Cervical stage at Phase 2 | Cervical stage at Phase 1 | |||||
---|---|---|---|---|---|---|
1 | 2 | 3 | 4 | 5 | 6 | |
1 | 1 | 0.8 | 0.6 | 0.4 | 0.2 | 0 |
2 | 0.8 | 1 | 0.8 | 0.6 | 0.4 | 0.2 |
3 | 0.6 | 0.8 | 1 | 0.8 | 0.6 | 0.4 |
4 | 0.4 | 0.6 | 0.8 | 1 | 0.8 | 0.6 |
5 | 0.2 | 0.4 | 0.6 | 0.8 | 1 | 0.8 |
6 | 0 | 0.2 | 0.4 | 0.6 | 0.8 | 1 |
In this study, linear weighted kappa coefficients were determined for intraobserver reliability and were calculated by manual construction of a 6 × 6 comparison table ( Table II ) that comprised the intraobserver agreements for each of the 2 samples of radiographs and all clinicians. These data were then entered into the VassarStat statistical program ( http://www.vassarstats.net ) to calculate the linear weighted kappa statistic. Interobserver agreement also was calculated using percentages of agreement and weighted kappa statistics with the Excel program AgreeStat (Microsoft).

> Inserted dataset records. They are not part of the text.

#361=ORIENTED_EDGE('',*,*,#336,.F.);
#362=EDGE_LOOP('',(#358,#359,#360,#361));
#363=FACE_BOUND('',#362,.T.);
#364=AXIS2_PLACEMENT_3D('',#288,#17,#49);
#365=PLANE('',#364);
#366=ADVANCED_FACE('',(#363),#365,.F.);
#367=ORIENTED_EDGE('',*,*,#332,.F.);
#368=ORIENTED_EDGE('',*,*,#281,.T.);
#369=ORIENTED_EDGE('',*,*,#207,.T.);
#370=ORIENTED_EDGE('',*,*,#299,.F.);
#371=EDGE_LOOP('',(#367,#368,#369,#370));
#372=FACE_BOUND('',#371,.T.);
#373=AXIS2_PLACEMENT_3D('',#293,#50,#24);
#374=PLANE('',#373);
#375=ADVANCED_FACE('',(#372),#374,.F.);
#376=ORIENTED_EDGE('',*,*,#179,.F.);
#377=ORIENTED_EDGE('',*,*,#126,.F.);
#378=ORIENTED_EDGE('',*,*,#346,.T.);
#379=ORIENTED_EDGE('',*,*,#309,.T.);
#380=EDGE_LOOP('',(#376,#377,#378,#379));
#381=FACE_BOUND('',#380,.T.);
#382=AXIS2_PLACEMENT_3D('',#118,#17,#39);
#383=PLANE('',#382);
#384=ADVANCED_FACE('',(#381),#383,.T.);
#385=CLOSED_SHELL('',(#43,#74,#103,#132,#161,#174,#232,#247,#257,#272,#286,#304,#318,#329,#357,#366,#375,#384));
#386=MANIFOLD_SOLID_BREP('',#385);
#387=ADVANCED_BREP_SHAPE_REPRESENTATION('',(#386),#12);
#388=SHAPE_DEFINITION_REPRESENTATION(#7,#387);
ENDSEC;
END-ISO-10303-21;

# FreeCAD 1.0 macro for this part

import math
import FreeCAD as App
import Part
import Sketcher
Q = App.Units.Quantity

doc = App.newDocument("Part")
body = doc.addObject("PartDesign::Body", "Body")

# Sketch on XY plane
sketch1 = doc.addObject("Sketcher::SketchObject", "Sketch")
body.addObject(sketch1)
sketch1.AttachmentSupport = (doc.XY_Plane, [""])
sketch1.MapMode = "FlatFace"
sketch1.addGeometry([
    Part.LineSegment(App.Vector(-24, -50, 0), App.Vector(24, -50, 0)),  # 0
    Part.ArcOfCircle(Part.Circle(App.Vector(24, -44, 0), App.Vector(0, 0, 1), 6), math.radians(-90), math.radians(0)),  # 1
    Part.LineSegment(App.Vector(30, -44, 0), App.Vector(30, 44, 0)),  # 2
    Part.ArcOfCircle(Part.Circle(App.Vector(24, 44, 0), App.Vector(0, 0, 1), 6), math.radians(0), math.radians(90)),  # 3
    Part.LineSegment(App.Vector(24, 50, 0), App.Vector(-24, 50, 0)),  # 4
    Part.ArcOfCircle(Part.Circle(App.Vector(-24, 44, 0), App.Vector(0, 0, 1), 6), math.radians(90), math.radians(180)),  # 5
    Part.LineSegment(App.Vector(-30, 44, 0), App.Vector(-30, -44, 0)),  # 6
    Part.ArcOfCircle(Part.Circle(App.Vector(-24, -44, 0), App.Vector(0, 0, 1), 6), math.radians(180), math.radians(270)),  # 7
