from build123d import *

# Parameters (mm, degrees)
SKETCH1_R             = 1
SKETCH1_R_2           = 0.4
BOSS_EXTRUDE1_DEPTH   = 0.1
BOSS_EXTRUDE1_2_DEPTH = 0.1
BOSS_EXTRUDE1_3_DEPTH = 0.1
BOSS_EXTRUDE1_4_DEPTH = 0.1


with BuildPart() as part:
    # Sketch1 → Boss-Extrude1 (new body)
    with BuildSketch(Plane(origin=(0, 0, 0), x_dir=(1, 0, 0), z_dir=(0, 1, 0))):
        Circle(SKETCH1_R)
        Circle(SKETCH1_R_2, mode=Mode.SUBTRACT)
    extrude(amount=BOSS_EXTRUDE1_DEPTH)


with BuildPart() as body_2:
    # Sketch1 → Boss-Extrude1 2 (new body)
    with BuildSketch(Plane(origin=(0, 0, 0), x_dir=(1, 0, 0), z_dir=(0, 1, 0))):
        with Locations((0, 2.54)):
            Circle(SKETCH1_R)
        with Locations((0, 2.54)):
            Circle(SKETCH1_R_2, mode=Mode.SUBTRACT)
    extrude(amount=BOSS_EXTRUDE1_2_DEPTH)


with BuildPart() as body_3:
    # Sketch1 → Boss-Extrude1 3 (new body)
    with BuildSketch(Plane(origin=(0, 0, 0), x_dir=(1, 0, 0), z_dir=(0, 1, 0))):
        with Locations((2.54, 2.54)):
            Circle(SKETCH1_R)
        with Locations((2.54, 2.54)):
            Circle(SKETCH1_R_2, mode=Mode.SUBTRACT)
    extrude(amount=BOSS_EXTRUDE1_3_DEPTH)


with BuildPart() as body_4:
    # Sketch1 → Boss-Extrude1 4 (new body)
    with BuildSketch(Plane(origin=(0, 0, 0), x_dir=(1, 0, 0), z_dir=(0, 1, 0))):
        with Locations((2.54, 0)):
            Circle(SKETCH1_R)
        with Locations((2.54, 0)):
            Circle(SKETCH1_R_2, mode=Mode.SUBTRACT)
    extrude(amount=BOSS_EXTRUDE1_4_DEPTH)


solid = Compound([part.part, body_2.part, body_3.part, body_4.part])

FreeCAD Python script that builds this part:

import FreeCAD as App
import Part
import Sketcher

V = App.Vector
Q = App.Units.Quantity

doc = App.newDocument("Part")
body = doc.addObject("PartDesign::Body", "Body")

# Sketch on XZ plane
sketch1 = body.newObject("Sketcher::SketchObject", "Sketch")
sketch1.AttachmentSupport = (doc.getObject("XZ_Plane"), [""])
sketch1.MapMode = "FlatFace"
sketch1.addGeometry([
    Part.Circle(V(0, 0, 0), V(0, 0, 1), 1),
    Part.Circle(V(0, 0, 0), V(0, 0, 1), 0.4),
], False)
sketch1.addConstraint([
    Sketcher.Constraint("Coincident", 0, 3, -1, 1),
    Sketcher.Constraint("Coincident", 1, 3, -1, 1),
    Sketcher.Constraint("Diameter", 0, Q("2 mm")),
    Sketcher.Constraint("Diameter", 1, Q("0.8 mm")),
])
pad1 = body.newObject("PartDesign::Pad", "Pad")
pad1.Profile = sketch1
pad1.Length = 0.1
pad1.Reversed = True
body2 = doc.addObject("PartDesign::Body", "Body001")

# Sketch on XZ plane
sketch2 = body2.newObject("Sketcher::SketchObject", "Sketch001")
sketch2.AttachmentSupport = (doc.getObject("XZ_Plane001"), [""])
sketch2.MapMode = "FlatFace"
sketch2.addGeometry([
    Part.Circle(V(0, -2.54, 0), V(0, 0, 1), 1),
    Part.Circle(V(0, -2.54, 0), V(0, 0, 1), 0.4),
], False)
sketch2.addConstraint([
    Sketcher.Constraint("Coincident", 1, 3, 0, 3),
    Sketcher.Constraint("PointOnObject", 0, 3, -2),
    Sketcher.Constraint("Diameter", 0, Q("2 mm")),
    Sketcher.Constraint("Diameter", 1, Q("0.8 mm")),
    Sketcher.Constraint("DistanceY", 0, 3, -1, 1, Q("2.54 mm")),
])
pad2 = body2.newObject("PartDesign::Pad", "Pad001")
pad2.Profile = sketch2
pad2.Length = 0.1
pad2.Reversed = True
body3 = doc.addObject("PartDesign::Body", "Body002")

# Sketch on XZ plane
sketch3 = body3.newObject("Sketcher::SketchObject", "Sketch002")
sketch3.AttachmentSupport = (doc.getObject("XZ_Plane002"), [""])
sketch3.MapMode = "FlatFace"
sketch3.addGeometry([
    Part.Circle(V(2.54, -2.54, 0), V(0, 0, 1), 1),
    Part.Circle(V(2.54, -2.54, 0), V(0, 0, 1), 0.4),
], False)
sketch3.addConstraint([
    Sketcher.Constraint("Coincident", 1, 3, 0, 3),
    Sketcher.Constraint("Diameter", 0, Q("2 mm")),
    Sketcher.Constraint("Diameter", 1, Q("0.8 mm")),
    Sketcher.Constraint("DistanceX", -1, 1, 0, 3, Q("2.54 mm")),
    Sketcher.Constraint("DistanceY", 0, 3, -1, 1, Q("2.54 mm")),
])
pad3 = body3.newObject("PartDesign::Pad", "Pad002")
pad3.Profile = sketch3
pad3.Length = 0.1
pad3.Reversed = True
body4 = doc.addObject("PartDesign::Body", "Body003")

# Sketch on XZ plane
sketch4 = body4.newObject("Sketcher::SketchObject", "Sketch003")
sketch4.AttachmentSupport = (doc.getObject("XZ_Plane003"), [""])
sketch4.MapMode = "FlatFace"
sketch4.addGeometry([
    Part.Circle(V(2.54, 0, 0), V(0, 0, 1), 1),
    Part.Circle(V(2.54, 0, 0), V(0, 0, 1), 0.4),
], False)
sketch4.addConstraint([
    Sketcher.Constraint("Coincident", 1, 3, 0, 3),
    Sketcher.Constraint("PointOnObject", 0, 3, -1),
    Sketcher.Constraint("Diameter", 0, Q("2 mm")),
    Sketcher.Constraint("Diameter", 1, Q("0.8 mm")),
    Sketcher.Constraint("DistanceX", -1, 1, 0, 3, Q("2.54 mm")),
])
pad4 = body4.newObject("PartDesign::Pad", "Pad003")
pad4.Profile = sketch4
pad4.Length = 0.1
pad4.Reversed = True

doc.recompute()
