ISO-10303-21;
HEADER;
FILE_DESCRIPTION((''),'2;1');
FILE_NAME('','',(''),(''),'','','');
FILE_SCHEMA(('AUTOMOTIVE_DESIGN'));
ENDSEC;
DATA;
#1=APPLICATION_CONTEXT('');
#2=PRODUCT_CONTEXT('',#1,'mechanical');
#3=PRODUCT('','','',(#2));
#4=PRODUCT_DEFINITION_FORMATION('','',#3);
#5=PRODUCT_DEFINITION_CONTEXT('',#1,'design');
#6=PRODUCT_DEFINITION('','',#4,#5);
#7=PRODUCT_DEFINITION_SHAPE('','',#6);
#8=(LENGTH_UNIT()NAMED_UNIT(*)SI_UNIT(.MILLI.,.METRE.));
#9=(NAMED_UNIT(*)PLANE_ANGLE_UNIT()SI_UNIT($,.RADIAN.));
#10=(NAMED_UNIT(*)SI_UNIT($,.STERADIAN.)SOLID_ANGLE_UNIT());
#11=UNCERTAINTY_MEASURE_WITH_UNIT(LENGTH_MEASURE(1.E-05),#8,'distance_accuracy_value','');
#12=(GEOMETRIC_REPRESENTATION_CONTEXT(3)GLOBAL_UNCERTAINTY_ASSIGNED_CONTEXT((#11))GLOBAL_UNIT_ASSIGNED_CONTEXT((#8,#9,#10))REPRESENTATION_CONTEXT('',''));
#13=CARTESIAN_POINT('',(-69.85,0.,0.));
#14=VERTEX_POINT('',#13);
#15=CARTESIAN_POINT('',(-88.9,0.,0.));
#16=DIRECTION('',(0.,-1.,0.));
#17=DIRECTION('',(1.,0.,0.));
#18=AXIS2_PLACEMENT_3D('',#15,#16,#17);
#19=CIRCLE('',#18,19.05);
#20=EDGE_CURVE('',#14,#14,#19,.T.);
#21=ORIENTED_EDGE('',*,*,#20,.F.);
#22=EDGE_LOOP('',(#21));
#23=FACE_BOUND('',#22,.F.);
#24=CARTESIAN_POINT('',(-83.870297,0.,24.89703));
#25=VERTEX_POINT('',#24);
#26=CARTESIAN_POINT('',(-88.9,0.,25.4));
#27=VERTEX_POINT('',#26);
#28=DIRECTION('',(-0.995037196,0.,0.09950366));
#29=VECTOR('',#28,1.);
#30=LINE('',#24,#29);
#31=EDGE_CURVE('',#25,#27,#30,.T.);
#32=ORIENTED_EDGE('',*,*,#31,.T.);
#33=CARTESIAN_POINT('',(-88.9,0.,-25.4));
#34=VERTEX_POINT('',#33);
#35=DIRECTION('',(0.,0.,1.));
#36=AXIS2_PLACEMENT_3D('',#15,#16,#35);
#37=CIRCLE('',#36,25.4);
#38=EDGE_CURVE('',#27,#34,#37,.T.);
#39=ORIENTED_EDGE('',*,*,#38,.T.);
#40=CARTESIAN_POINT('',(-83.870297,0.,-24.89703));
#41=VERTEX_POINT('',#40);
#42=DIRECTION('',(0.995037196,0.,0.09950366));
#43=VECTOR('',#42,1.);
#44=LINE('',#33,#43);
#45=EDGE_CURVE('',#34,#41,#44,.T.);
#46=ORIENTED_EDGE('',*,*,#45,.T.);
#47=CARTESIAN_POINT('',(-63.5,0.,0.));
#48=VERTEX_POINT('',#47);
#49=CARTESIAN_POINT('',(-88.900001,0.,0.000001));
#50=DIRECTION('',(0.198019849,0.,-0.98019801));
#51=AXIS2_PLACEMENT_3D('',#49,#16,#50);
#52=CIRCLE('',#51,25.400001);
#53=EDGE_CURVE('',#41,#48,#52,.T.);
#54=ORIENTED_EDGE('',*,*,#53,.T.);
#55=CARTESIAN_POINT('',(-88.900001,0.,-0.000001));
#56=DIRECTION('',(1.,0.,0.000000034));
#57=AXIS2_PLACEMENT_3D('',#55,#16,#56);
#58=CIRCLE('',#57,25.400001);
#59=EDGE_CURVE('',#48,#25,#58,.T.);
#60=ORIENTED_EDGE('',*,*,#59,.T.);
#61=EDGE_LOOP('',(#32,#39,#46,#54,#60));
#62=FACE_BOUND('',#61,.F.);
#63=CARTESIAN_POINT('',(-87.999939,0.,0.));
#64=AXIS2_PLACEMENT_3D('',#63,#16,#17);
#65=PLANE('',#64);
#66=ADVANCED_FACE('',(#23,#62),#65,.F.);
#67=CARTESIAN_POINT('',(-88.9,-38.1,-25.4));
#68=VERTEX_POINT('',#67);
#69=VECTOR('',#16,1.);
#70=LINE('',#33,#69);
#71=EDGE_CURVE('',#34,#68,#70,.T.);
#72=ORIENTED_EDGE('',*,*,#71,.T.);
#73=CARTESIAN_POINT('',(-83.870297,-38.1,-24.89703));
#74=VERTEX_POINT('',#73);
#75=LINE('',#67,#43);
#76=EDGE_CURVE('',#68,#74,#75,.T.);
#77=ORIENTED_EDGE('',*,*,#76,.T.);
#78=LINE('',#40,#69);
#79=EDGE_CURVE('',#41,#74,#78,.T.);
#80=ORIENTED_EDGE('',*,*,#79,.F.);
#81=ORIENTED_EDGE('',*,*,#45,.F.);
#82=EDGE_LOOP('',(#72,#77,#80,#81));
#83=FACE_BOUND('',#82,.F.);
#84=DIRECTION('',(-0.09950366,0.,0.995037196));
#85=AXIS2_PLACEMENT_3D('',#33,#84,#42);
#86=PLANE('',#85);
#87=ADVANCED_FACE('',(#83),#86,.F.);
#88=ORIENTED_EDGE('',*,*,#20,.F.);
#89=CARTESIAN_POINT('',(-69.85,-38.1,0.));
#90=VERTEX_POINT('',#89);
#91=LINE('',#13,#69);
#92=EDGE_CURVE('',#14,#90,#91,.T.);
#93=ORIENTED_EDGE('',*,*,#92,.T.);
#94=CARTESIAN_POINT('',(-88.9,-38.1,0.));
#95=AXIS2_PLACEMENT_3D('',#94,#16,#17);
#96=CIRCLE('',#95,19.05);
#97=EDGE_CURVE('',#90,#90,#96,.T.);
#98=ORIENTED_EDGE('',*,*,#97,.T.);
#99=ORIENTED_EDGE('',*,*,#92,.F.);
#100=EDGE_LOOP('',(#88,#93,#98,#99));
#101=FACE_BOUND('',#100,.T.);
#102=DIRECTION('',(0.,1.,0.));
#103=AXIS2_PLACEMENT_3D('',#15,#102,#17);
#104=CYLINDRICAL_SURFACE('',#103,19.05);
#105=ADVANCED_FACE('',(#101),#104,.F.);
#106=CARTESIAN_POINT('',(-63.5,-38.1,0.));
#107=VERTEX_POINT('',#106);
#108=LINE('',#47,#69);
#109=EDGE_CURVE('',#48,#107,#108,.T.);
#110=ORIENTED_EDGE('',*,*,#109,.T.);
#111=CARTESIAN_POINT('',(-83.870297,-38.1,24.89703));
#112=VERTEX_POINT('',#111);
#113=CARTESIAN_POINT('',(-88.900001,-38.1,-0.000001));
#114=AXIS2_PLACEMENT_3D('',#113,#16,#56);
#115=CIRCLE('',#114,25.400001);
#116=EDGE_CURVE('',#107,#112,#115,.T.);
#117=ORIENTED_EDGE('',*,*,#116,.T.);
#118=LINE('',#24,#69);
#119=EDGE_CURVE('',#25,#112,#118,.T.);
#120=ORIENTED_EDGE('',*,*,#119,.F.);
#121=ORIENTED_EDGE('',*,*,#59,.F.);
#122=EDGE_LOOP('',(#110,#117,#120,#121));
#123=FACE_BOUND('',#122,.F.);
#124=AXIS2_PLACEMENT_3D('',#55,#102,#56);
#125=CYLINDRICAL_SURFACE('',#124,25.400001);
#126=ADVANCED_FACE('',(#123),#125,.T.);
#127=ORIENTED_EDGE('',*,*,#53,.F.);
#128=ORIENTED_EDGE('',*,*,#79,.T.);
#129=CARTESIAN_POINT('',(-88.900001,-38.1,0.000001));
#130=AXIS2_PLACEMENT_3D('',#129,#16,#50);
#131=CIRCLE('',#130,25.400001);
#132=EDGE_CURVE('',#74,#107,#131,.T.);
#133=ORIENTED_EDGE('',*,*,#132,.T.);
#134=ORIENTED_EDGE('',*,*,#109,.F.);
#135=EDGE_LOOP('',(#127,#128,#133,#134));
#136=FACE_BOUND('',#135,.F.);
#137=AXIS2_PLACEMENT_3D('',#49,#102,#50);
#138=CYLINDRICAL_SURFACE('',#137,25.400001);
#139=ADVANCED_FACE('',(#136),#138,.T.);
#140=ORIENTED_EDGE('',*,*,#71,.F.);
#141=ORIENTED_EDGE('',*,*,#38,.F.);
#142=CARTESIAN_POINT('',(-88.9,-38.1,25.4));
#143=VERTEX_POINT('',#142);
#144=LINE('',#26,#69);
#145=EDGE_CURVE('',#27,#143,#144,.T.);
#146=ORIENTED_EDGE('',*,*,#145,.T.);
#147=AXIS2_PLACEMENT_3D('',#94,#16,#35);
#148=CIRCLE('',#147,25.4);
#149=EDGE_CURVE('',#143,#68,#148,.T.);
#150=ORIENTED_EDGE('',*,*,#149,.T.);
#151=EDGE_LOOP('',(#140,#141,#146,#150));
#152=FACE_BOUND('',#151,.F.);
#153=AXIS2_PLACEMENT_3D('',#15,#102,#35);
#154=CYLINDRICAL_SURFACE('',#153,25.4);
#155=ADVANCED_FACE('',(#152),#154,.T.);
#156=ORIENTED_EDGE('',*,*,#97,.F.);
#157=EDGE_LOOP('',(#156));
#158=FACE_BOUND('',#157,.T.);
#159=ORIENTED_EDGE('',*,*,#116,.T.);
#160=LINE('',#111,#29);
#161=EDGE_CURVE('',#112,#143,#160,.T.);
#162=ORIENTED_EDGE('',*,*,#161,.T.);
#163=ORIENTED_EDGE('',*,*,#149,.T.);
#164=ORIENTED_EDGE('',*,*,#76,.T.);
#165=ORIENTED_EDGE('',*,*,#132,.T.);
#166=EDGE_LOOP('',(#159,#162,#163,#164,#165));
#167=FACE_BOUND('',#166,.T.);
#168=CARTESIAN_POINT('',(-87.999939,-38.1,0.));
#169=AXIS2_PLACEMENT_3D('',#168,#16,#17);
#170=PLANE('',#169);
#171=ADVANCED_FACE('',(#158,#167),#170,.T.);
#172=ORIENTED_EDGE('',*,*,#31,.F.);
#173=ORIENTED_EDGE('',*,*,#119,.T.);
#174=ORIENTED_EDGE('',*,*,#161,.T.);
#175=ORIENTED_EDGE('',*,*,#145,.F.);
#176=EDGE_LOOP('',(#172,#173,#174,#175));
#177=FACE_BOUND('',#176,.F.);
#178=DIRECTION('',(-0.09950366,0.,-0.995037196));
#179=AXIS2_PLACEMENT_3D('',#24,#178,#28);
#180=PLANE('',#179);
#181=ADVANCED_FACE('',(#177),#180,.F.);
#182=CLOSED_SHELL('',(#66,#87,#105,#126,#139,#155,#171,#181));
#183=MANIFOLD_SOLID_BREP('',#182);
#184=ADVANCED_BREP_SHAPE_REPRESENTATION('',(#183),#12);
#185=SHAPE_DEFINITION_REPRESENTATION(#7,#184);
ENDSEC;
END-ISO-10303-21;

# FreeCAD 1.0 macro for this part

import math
import FreeCAD as App
import Part
import Sketcher
from FreeCAD import Vector
Q = App.Units.Quantity

doc = App.newDocument("Part")
body = doc.addObject("PartDesign::Body", "Body")

# Sketch on XZ plane
sketch1 = body.newObject("Sketcher::SketchObject", "Sketch")
sketch1.AttachmentSupport = (doc.getObject("XZ_Plane"), [""])
sketch1.MapMode = "FlatFace"
sketch1.addGeometry(Part.LineSegment(Vector(-84, 25, 0), Vector(-89, 25, 0)), False)
sketch1.addGeometry(Part.ArcOfCircle(Part.Circle(Vector(-89, 0, 0), Vector(0, 0, 1), 25), math.radians(90), math.radians(270)), False)
sketch1.addGeometry(Part.LineSegment(Vector(-89, -25, 0), Vector(-84, -25, 0)), False)
sketch1.addGeometry(Part.ArcOfCircle(Part.Circle(Vector(-89, 0, 0), Vector(0, 0, 1), 25), math.radians(-79), math.radians(0)), False)
sketch1.addGeometry(Part.ArcOfCircle(Part.Circle(Vector(-89, 0, 0), Vector(0, 0, 1), 25), math.radians(0), math.radians(79)), False)
sketch1.addGeometry(Part.Circle(Vector(-89, 0, 0), Vector(0, 0, 1), 19), False)
sketch1.addConstraint(Sketcher.Constraint("Coincident", 0, 2, 1, 1))
sketch1.addConstraint(Sketcher.Constraint("Coincident", 1, 2, 2, 1))
sketch1.addConstraint(Sketcher.Constraint("Coincident", 2, 2, 3, 1))
sketch1.addConstraint(Sketcher.Constraint("Tangent", 3, 2, 4, 1))
sketch1.addConstraint(Sketcher.Constraint("Coincident", 4, 2, 0, 1))
sketch1.addConstraint(Sketcher.Constraint("Coincident", 3, 3, 1, 3))
sketch1.addConstraint(Sketcher.Constraint("Coincident", 5, 3, 1, 3))
sketch1.addConstraint(Sketcher.Constraint("Equal", 1, 3))
sketch1.addConstraint(Sketcher.Constraint("Equal", 3, 4))
sketch1.addConstraint(Sketcher.Constraint("Symmetric", 0, 2, 1, 2, -1))
sketch1.addConstraint(Sketcher.Constraint("PointOnObject", 3, 2, -1))
sketch1.addConstraint(Sketcher.Constraint("Vertical", 5, 3, 0, 2))
sketch1.addConstraint(Sketcher.Constraint("Vertical", 2, 2, 4, 2))
sketch1.addConstraint(Sketcher.Constraint("Radius", 1, Q("1 in")))
sketch1.addConstraint(Sketcher.Constraint("Diameter", 5, Q("1.5 in")))
sketch1.addConstraint(Sketcher.Constraint("DistanceX", 1, 3, -1, 1, Q("3.5 in")))
sketch1.addConstraint(Sketcher.Constraint("Distance", 0, Q("5.054789 mm")))
pad1 = body.newObject("PartDesign::Pad", "Pad")
pad1.Profile = sketch1
pad1.Length = Q("1.5 in")

doc.recompute()
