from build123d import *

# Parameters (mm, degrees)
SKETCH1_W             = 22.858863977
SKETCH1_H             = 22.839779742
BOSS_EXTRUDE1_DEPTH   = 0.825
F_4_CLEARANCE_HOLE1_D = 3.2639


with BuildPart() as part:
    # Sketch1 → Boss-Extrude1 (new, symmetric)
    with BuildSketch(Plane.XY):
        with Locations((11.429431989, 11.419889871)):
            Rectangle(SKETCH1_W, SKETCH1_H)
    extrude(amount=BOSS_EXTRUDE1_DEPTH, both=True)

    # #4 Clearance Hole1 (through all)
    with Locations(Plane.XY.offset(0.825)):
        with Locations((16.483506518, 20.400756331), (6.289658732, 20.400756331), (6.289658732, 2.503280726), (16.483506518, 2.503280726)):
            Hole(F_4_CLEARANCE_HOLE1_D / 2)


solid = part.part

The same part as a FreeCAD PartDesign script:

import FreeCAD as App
import Part
import Sketcher
from FreeCAD import Vector


def add_polygon(sketch, points):
    """Adds a closed chain of lines whose ends are joined by coincident constraints."""
    first, n = sketch.GeometryCount, len(points)
    for a, b in zip(points, points[1:] + points[:1]):
        sketch.addGeometry(Part.LineSegment(App.Vector(*a, 0), App.Vector(*b, 0)), False)
    for i in range(n):
        sketch.addConstraint(Sketcher.Constraint("Coincident", first + i, 2, first + (i + 1) % n, 1))

doc = App.newDocument("Part")
body = doc.addObject("PartDesign::Body", "Body")

sketch1 = body.newObject("Sketcher::SketchObject", "Sketch")
sketch1.AttachmentSupport = (doc.getObject("XY_Plane"), [""])
sketch1.MapMode = "FlatFace"
add_polygon(sketch1, [(0, 23), (0, 0), (23, 0), (23, 23)])
sketch1.addConstraint([
    Sketcher.Constraint("Vertical", 0),
    Sketcher.Constraint("Horizontal", 1),
    Sketcher.Constraint("Vertical", 2),
    Sketcher.Constraint("Horizontal", 3),
    Sketcher.Constraint("Coincident", 0, 2, -1, 1),
    Sketcher.Constraint("DistanceY", 0, 2, 0, 1, 22.83978),
    Sketcher.Constraint("DistanceX", 1, 1, 1, 2, 22.858864),
])
pad1 = body.newObject("PartDesign::Pad", "Pad")
pad1.Profile = sketch1
pad1.Length = 1.65
pad1.Midplane = True

sketch2 = body.newObject("Sketcher::SketchObject", "Sketch001")
sketch2.AttachmentSupport = (doc.getObject("XY_Plane"), [""])
sketch2.MapMode = "FlatFace"
sketch2.AttachmentOffset = App.Placement(Vector(0, 0, 0.825), App.Rotation())
sketch2.addGeometry([
    Part.Circle(Vector(16.5, 20.4, 0), Vector(0, 0, 1), 1.6),
    Part.Circle(Vector(6.3, 20.4, 0), Vector(0, 0, 1), 1.6),
    Part.Circle(Vector(6.3, 2.5, 0), Vector(0, 0, 1), 1.6),
    Part.Circle(Vector(16.5, 2.5, 0), Vector(0, 0, 1), 1.6),
], False)
sketch2.addConstraint([
    Sketcher.Constraint("Equal", 0, 1),
    Sketcher.Constraint("Equal", 1, 2),
    Sketcher.Constraint("Equal", 2, 3),
    Sketcher.Constraint("Horizontal", 0, 3, 1, 3),
    Sketcher.Constraint("Horizontal", 2, 3, 3, 3),
    Sketcher.Constraint("Vertical", 1, 3, 2, 3),
    Sketcher.Constraint("Vertical", 0, 3, 3, 3),
    Sketcher.Constraint("Diameter", 0, 3.2639),
    Sketcher.Constraint("DistanceX", -1, 1, 1, 3, 6.289659),
    Sketcher.Constraint("DistanceY", -1, 1, 2, 3, 2.503281),
    Sketcher.Constraint("DistanceX", -1, 1, 0, 3, 16.483507),
    Sketcher.Constraint("DistanceY", -1, 1, 0, 3, 20.400756),
])
doc.recompute()
hole = body.newObject("PartDesign::Hole", "Hole")
hole.Profile = sketch2
hole.ThreadType = "None"
hole.Diameter = 3.2639
hole.DepthType = "ThroughAll"

doc.recompute()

CVM stage at Phase 2 | CVM stage at Phase 1 | Total | |||||
---|---|---|---|---|---|---|---|
1 | 2 | 3 | 4 | 5 | 6 | ||
1 | 95 | 17 | 22 | 5 | 3 | 0 | 142 |
2 | 21 | 100 | 36 | 13 | 5 | 0 | 175 |
3 | 13 | 29 | 110 | 45 | 14 | 1 | 212 |
4 | 2 | 6 | 39 | 206 | 60 | 7 | 320 |
5 | 0 | 1 | 13 | 88 | 217 | 43 | 362 |
6 | 0 | 0 | 2 | 8 | 62 | 157 | 229 |
Total | 131 | 153 | 222 | 365 | 363 | 208 | 1440 |
Landis and Koch have proposed the following as standards for the strength of agreement for the kappa coefficient: ≤0, poor; 0.01-0.20, slight; 0.21-0.40, fair; 0.41-0.60, moderate; 0.61-0.80, substantial, and 0.81-1, almost perfect. Similar formulations exist, but with slightly different descriptors. The choice of such benchmarks, however, inevitably is arbitrary.
Results
The overall intraobserver and interobserver reliability for our sample was characterized as substantial (weighted kappa, 0.61-0.8).
The intraobserver reliability of the 20 observers, when staging the LUDH image sample, gave a weighted kappa statistic of 0.70 (SE, 0.01), with an average agreement of 89% ( Table III ). When they staged the “standardized” image sample, this increased to a weighted kappa statistic of 0.82 (SE, 0.02), which was statistically significantly better than the value for the LUDH sample.